#### [Instructions to follow]
Extract precisely the lines of the entries below, from the first line through the line containing "# Sketch001 → Pocket (cut)".

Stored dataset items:
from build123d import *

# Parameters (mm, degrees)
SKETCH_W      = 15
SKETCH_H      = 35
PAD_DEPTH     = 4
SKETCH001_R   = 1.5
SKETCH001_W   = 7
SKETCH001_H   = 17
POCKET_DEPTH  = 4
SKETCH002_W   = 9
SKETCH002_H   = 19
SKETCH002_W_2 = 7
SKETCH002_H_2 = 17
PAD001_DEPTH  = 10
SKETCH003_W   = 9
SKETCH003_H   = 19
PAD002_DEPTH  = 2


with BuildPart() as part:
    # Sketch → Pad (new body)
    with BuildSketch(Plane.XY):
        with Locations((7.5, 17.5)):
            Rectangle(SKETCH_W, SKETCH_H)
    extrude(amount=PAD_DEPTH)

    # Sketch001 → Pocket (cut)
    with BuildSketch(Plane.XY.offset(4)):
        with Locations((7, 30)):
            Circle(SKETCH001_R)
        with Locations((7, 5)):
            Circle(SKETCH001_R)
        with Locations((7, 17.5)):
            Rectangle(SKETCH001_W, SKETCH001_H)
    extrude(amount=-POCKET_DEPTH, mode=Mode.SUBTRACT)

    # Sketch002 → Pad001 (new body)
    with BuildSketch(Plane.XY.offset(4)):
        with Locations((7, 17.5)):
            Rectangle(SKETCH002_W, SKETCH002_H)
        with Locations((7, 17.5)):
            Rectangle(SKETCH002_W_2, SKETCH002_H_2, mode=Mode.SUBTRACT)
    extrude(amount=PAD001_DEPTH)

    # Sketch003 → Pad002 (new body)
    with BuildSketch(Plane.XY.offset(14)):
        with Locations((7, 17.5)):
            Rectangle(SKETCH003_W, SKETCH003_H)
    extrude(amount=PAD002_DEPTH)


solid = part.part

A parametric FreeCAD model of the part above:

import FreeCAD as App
import Part
import Sketcher

V = App.Vector
Q = App.Units.Quantity


def add_polygon(sketch, points):
    """Adds a closed chain of lines whose ends are joined by coincident constraints."""
    first, n = sketch.GeometryCount, len(points)
    for a, b in zip(points, points[1:] + points[:1]):
        sketch.addGeometry(Part.LineSegment(App.Vector(*a, 0), App.Vector(*b, 0)), False)
    for i in range(n):
        sketch.addConstraint(Sketcher.Constraint("Coincident", first + i, 2, first + (i + 1) % n, 1))

doc = App.newDocument("Part")
body = doc.addObject("PartDesign::Body", "Body")

sketch1 = body.newObject("Sketcher::SketchObject", "Sketch")
sketch1.AttachmentSupport = (doc.getObject("XY_Plane"), [""])
sketch1.MapMode = "FlatFace"
add_polygon(sketch1, [(0, 35), (0, 0), (15, 0), (15, 35)])
sketch1.addConstraint([
    Sketcher.Constraint("Vertical", 0),
    Sketcher.Constraint("Horizontal", 1),
    Sketcher.Constraint("Vertical", 2),
    Sketcher.Constraint("Horizontal", 3),
    Sketcher.Constraint("Coincident", 0, 2, -1, 1),
    Sketcher.Constraint("DistanceX", 1, 1, 1, 2, Q("15 mm")),
    Sketcher.Constraint("DistanceY", 0, 2, 0, 1, Q("35 mm")),
])
pad1 = body.newObject("PartDesign::Pad", "Pad")
pad1.Profile = sketch1
pad1.Length = 4

sketch2 = body.newObject("Sketcher::SketchObject", "Sketch001")
sketch2.AttachmentSupport = (doc.getObject("XY_Plane"), [""])
sketch2.MapMode = "FlatFace"
sketch2.AttachmentOffset = App.Placement(V(0, 0, 4), App.Rotation())
sketch2.addGeometry(Part.Circle(V(7, 30, 0), V(0, 0, 1), 1.5), False)
sketch2.addGeometry(Part.Circle(V(7, 5, 0), V(0, 0, 1), 1.5), False)
add_polygon(sketch2, [(3.5, 26), (3.5, 9), (10.5, 9), (10.5, 26)])
sketch2.addConstraint([
    Sketcher.Constraint("Vertical", 2),
    Sketcher.Constraint("Horizontal", 3),
    Sketcher.Constraint("Vertical", 4),
    Sketcher.Constraint("Horizontal", 5),
    Sketcher.Constraint("Equal", 0, 1),
    Sketcher.Constraint("Vertical", 0, 3, 1, 3),
    Sketcher.Constraint("Diameter", 0, Q("3 mm")),
    Sketcher.Constraint("DistanceX", 3, 1, 3, 2, Q("7 mm")),
    Sketcher.Constraint("DistanceY", 2, 2, 2, 1, Q("17 mm")),
    Sketcher.Constraint("DistanceX", -1, 1, 0, 3, Q("7 mm")),
    Sketcher.Constraint("DistanceY", -1, 1, 0, 3, Q("30 mm")),
    Sketcher.Constraint("DistanceY", -1, 1, 1, 3, Q("5 mm")),
    Sketcher.Constraint("DistanceY", -1, 1, 2, 2, Q("9 mm")),
    Sketcher.Constraint("DistanceX", -1, 1, 2, 2, Q("3.5 mm")),
])
pocket1 = body.newObject("PartDesign::Pocket", "Pocket")
pocket1.Profile = sketch2
pocket1.Length = 4

sketch3 = body.newObject("Sketcher::SketchObject", "Sketch002")
sketch3.AttachmentSupport = (doc.getObject("XY_Plane"), [""])
sketch3.MapMode = "FlatFace"
sketch3.AttachmentOffset = App.Placement(V(0, 0, 4), App.Rotation())
add_polygon(sketch3, [(2, 27), (2, 8), (12, 8), (12, 27)])
add_polygon(sketch3, [(10, 9), (4, 9), (4, 26), (10, 26)])
sketch3.addConstraint([
    Sketcher.Constraint("Vertical", 0),
    Sketcher.Constraint("Horizontal", 1),
    Sketcher.Constraint("Vertical", 2),
    Sketcher.Constraint("Horizontal", 3),
    Sketcher.Constraint("Horizontal", 4),
    Sketcher.Constraint("Vertical", 5),
    Sketcher.Constraint("Horizontal", 6),
    Sketcher.Constraint("Vertical", 7),
    Sketcher.Constraint("DistanceX", 1, 1, 1, 2, Q("9 mm")),
    Sketcher.Constraint("DistanceX", 4, 2, 4, 1, Q("7 mm")),
    Sketcher.Constraint("DistanceY", 0, 2, 0, 1, Q("19 mm")),
    Sketcher.Constraint("DistanceY", 5, 1, 5, 2, Q("17 mm")),
    Sketcher.Constraint("DistanceY", -1, 1, 0, 2, Q("8 mm")),
    Sketcher.Constraint("DistanceY", -1, 1, 4, 2, Q("9 mm")),
    Sketcher.Constraint("DistanceX", 0, 2, 4, 2, Q("1 mm")),
    Sketcher.Constraint("DistanceX", -1, 1, 0, 2, Q("2.5 mm")),
])
pad2 = body.newObject("PartDesign::Pad", "Pad001")
pad2.Profile = sketch3
pad2.Length = 10

sketch4 = body.newObject("Sketcher::SketchObject", "Sketch003")
sketch4.AttachmentSupport = (doc.getObject("XY_Plane"), [""])
sketch4.MapMode = "FlatFace"
sketch4.AttachmentOffset = App.Placement(V(0, 0, 14), App.Rotation())
add_polygon(sketch4, [(2, 27), (2, 8), (12, 8), (12, 27)])
sketch4.addConstraint([
    Sketcher.Constraint("Vertical", 0),
    Sketcher.Constraint("Horizontal", 1),
    Sketcher.Constraint("Vertical", 2),
    Sketcher.Constraint("Horizontal", 3),
    Sketcher.Constraint("DistanceX", 1, 1, 1, 2, Q("9 mm")),
    Sketcher.Constraint("DistanceY", 0, 2, 0, 1, Q("19 mm")),
    Sketcher.Constraint("DistanceY", -1, 1, 0, 2, Q("8 mm")),
    Sketcher.Constraint("DistanceX", -1, 1, 0, 2, Q("2.5 mm")),
])
pad3 = body.newObject("PartDesign::Pad", "Pad002")
pad3.Profile = sketch4
pad3.Length = 2

doc.recompute()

#### [Solution]
from build123d import *

# Parameters (mm, degrees)
SKETCH_W      = 15
SKETCH_H      = 35
PAD_DEPTH     = 4
SKETCH001_R   = 1.5
SKETCH001_W   = 7
SKETCH001_H   = 17
POCKET_DEPTH  = 4
SKETCH002_W   = 9
SKETCH002_H   = 19
SKETCH002_W_2 = 7
SKETCH002_H_2 = 17
PAD001_DEPTH  = 10
SKETCH003_W   = 9
SKETCH003_H   = 19
PAD002_DEPTH  = 2


with BuildPart() as part:
    # Sketch → Pad (new body)
    with BuildSketch(Plane.XY):
        with Locations((7.5, 17.5)):
            Rectangle(SKETCH_W, SKETCH_H)
    extrude(amount=PAD_DEPTH)

    # Sketch001 → Pocket (cut)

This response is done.